529 ↗(On Diff #33654)

It's part of D12122 which broke some of your team's tests and got rolled back.
It's a prerequisite for overloads to work (otherwise anything that uses a builtin would violate calling convention either during device or during host compilation) and it also needs to be hidden behind some option so it does not break your tests again.

I think I can commit it separately after the overload patch. Overloading will not work with builtins until then, but I don't think it's a big deal as there are no users yet.

rsmith added inline comments.Sep 1 2015, 4:22 PM
85 ↗(On Diff #33654)

I would prefer the more verbose isTargetBuiltin or isTargetSpecificBuiltin -- I don't think it will be obvious at call sites what this does if we use this abbreviation in the public interface.

2259 ↗(On Diff #33654)

I don't see any test coverage for this; please add some tests that declare usual deallocation functions with CUDA host/device attributes and check that they behave as expected.

2276 ↗(On Diff #33654)

Use resize, not set_size.

10119–10143 ↗(On Diff #33654)

Please factor out the common code shared by this and FindUsualDeallocationFunction.

tra updated this revision to Diff 34059.EditedSep 4 2015, 12:46 PM
tra marked 2 inline comments as done.

Added more test cases to cover constructor/destructor/new/delete.
Refactored code to remove unwanted CUDA functions from Lookup match results.
Disabled HD overloading of H or D destructors to guarantee single destructor for codegen. (I'm still investigating whether it makes sense to enforce the same restriction on all functions as pcc@ suggested in design doc).

rsmith accepted this revision.Sep 4 2015, 4:53 PM
rsmith edited edge metadata.
rsmith added inline comments.
504 ↗(On Diff #34059)

If we have enable_if on a __host__ __device__ function, I think we should mangle as Ua6deviceUa9enable_ifI...EUa4host. (The relative order of enable_if attributes matters, but the order of them relative to host and device does not, so retaining alphabetical order seems best.)

216 ↗(On Diff #34059)

We don't need the overhead of std::function here. Use this instead:

template<typename T, typename FetchDeclFn>
static void Erase...(
  FetchDeclFn FetchDecl) {
tra updated this revision to Diff 34230.EditedSep 8 2015, 10:39 AM
tra edited edge metadata.
tra marked 2 inline comments as done.

Implemented Richard Smiths' suggestions:
Fixed attribute order in name mangling.
Replaced std::function with template argument.

tra marked 2 inline comments as done.Sep 8 2015, 10:40 AM
tra updated this revision to Diff 34368.Sep 9 2015, 2:24 PM

Implemented pcc@'s suggestion to disallow mixing HD and H/D functions.
Removed name mangling as it's no longer needed.
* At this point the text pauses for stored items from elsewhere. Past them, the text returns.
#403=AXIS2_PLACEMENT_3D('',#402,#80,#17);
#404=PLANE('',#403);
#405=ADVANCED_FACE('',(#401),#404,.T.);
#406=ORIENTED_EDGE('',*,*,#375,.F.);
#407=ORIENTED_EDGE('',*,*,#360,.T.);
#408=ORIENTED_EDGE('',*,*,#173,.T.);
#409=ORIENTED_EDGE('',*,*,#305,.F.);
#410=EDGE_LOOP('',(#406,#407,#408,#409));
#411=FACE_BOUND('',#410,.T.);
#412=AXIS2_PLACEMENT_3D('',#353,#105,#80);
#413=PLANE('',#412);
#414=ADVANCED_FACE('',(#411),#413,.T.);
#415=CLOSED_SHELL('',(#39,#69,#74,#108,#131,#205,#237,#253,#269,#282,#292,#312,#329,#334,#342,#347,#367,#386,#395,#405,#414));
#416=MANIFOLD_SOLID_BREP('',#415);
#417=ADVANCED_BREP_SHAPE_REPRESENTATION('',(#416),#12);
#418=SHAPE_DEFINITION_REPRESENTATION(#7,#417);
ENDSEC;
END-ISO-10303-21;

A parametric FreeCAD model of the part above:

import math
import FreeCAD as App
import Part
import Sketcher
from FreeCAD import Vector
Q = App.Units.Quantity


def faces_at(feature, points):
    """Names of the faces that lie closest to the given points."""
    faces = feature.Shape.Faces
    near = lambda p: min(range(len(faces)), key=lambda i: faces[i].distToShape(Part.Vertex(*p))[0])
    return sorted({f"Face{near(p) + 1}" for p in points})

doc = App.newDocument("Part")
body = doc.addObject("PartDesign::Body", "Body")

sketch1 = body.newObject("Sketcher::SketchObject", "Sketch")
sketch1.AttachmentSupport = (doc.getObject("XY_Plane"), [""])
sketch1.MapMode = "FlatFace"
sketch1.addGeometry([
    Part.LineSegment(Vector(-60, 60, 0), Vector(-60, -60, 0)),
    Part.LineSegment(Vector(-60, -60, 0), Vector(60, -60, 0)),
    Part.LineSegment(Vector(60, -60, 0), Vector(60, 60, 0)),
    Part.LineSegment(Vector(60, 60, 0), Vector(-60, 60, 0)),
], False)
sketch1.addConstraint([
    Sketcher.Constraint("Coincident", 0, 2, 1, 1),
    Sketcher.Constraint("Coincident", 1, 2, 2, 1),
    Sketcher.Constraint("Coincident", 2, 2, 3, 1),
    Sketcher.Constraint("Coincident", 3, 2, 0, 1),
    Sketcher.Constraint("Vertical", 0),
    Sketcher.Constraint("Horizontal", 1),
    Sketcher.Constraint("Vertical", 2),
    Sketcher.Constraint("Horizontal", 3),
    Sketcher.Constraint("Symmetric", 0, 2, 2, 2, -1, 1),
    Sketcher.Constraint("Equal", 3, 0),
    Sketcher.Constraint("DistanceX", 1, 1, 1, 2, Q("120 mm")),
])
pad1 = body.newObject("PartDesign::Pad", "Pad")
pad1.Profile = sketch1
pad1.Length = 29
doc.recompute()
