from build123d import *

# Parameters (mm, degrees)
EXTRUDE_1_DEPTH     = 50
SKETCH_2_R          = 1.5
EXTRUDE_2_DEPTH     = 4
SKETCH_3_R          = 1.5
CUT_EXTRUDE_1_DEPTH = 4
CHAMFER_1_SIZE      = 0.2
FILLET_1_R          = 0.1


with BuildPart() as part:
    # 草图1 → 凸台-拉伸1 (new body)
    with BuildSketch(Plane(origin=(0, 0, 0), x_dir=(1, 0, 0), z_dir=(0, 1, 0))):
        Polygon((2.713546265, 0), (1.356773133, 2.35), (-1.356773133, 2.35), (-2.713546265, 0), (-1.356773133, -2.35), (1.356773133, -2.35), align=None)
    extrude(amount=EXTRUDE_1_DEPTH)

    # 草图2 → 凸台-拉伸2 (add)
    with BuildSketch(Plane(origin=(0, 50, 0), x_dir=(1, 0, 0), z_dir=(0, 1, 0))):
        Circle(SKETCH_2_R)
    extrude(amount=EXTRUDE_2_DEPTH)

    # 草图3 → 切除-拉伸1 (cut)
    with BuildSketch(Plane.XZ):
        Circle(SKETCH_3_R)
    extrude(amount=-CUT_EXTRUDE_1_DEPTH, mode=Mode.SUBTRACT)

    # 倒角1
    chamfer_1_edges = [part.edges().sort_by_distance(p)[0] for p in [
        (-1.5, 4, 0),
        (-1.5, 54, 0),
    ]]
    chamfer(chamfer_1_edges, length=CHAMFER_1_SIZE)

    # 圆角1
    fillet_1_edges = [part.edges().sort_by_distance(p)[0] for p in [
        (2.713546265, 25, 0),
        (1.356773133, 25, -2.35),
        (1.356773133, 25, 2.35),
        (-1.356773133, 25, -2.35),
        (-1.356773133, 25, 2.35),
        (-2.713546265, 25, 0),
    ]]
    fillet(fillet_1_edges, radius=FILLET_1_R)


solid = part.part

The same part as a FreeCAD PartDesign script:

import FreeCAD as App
import Part
import Sketcher

V = App.Vector
Q = App.Units.Quantity


def edges_at(feature, points):
    """Names of the edges that pass closest to the given points."""
    edges = feature.Shape.Edges
    near = lambda p: min(range(len(edges)), key=lambda i: edges[i].distToShape(Part.Vertex(*p))[0])
    return sorted({f"Edge{near(p) + 1}" for p in points})


def add_polygon(sketch, points):
    """Adds a closed chain of lines whose ends are joined by coincident constraints."""
    first, n = sketch.GeometryCount, len(points)
    for a, b in zip(points, points[1:] + points[:1]):
        sketch.addGeometry(Part.LineSegment(App.Vector(*a, 0), App.Vector(*b, 0)), False)
    for i in range(n):
        sketch.addConstraint(Sketcher.Constraint("Coincident", first + i, 2, first + (i + 1) % n, 1))

doc = App.newDocument("Part")
body = doc.addObject("PartDesign::Body", "Body")

# Sketch on XZ plane
sketch1 = doc.addObject("Sketcher::SketchObject", "Sketch")
body.addObject(sketch1)
sketch1.AttachmentSupport = (doc.XZ_Plane, [""])
sketch1.MapMode = "FlatFace"
add_polygon(sketch1, [(2.7, 0), (1.4, -2.4), (-1.4, -2.4), (-2.7, 0), (-1.4, 2.4), (1.4, 2.4)])  # lines 0-5
sketch1.addConstraint([
    Sketcher.Constraint("Horizontal", 1),
    Sketcher.Constraint("Horizontal", 4),
    Sketcher.Constraint("Symmetric", 0, 2, 3, 2, -1, 1),
    Sketcher.Constraint("Symmetric", 2, 2, 5, 2, -1, 1),
    Sketcher.Constraint("PointOnObject", 2, 2, -1),
    Sketcher.Constraint("Parallel", 2, 5),
    Sketcher.Constraint("Vertical", 1, 2, 3, 2),
    Sketcher.Constraint("Angle", 0, Q("-120 deg")),
    Sketcher.Constraint("DistanceY", 1, 2, 3, 2, 4.7),
    Sketcher.Constraint("DistanceX", 1, 2, 1, 1, 2.713546),
])
pad1 = doc.addObject("PartDesign::Pad", "Pad")
body.addObject(pad1)
pad1.Profile = sketch1
pad1.Length = 50
pad1.Reversed = True

# Sketch on XZ plane
sketch2 = doc.addObject("Sketcher::SketchObject", "Sketch001")
body.addObject(sketch2)
sketch2.AttachmentSupport = (doc.XZ_Plane, [""])
sketch2.MapMode = "FlatFace"
sketch2.AttachmentOffset = App.Placement(V(0, 0, -50), App.Rotation())
sketch2.addGeometry(Part.Circle(V(0, 0, 0), V(0, 0, 1), 1.5), False)
sketch2.addConstraint([
    Sketcher.Constraint("Coincident", 0, 3, -1, 1),
    Sketcher.Constraint("Diameter", 0, 3.0),
])
pad2 = doc.addObject("PartDesign::Pad", "Pad001")
body.addObject(pad2)
pad2.Profile = sketch2
pad2.Length = 4
pad2.Reversed = True

# Sketch on XZ plane
sketch3 = doc.addObject("Sketcher::SketchObject", "Sketch002")
body.addObject(sketch3)
sketch3.AttachmentSupport = (doc.XZ_Plane, [""])
sketch3.MapMode = "FlatFace"
sketch3.addGeometry(Part.Circle(V(0, 0, 0), V(0, 0, 1), 1.5), False)
sketch3.addConstraint([
    Sketcher.Constraint("Coincident", 0, 3, -1, 1),
    Sketcher.Constraint("Diameter", 0, 3.0),
])
pocket1 = doc.addObject("PartDesign::Pocket", "Pocket")
body.addObject(pocket1)
pocket1.Profile = sketch3
pocket1.Length = 4
doc.recompute()

chamfer = doc.addObject("PartDesign::Chamfer", "Chamfer")
body.addObject(chamfer)
chamfer.Base = (pocket1, edges_at(pocket1, [(-1.5, 4, 0), (-1.5, 54, 0)]))
chamfer.Size = 0.2
doc.recompute()

fillet = doc.addObject("PartDesign::Fillet", "Fillet")
body.addObject(fillet)
fillet.Base = (chamfer, edges_at(chamfer, [
    (2.714, 25, 0),
    (1.357, 25, -2.35),
    (1.357, 25, 2.35),
    (-1.357, 25, -2.35),
    (-1.357, 25, 2.35),
    (-2.714, 25, 0),
]))
fillet.Radius = 0.1

doc.recompute()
Restriction on HD overloading guarantees that we'll emit only one viable function during particular side of compilation (H or HD on the host side, D or HD on device side).
Updated test cases to reflect reduced number of attribute combinations we need to deal with now.

This revision was automatically updated to reflect the committed changes.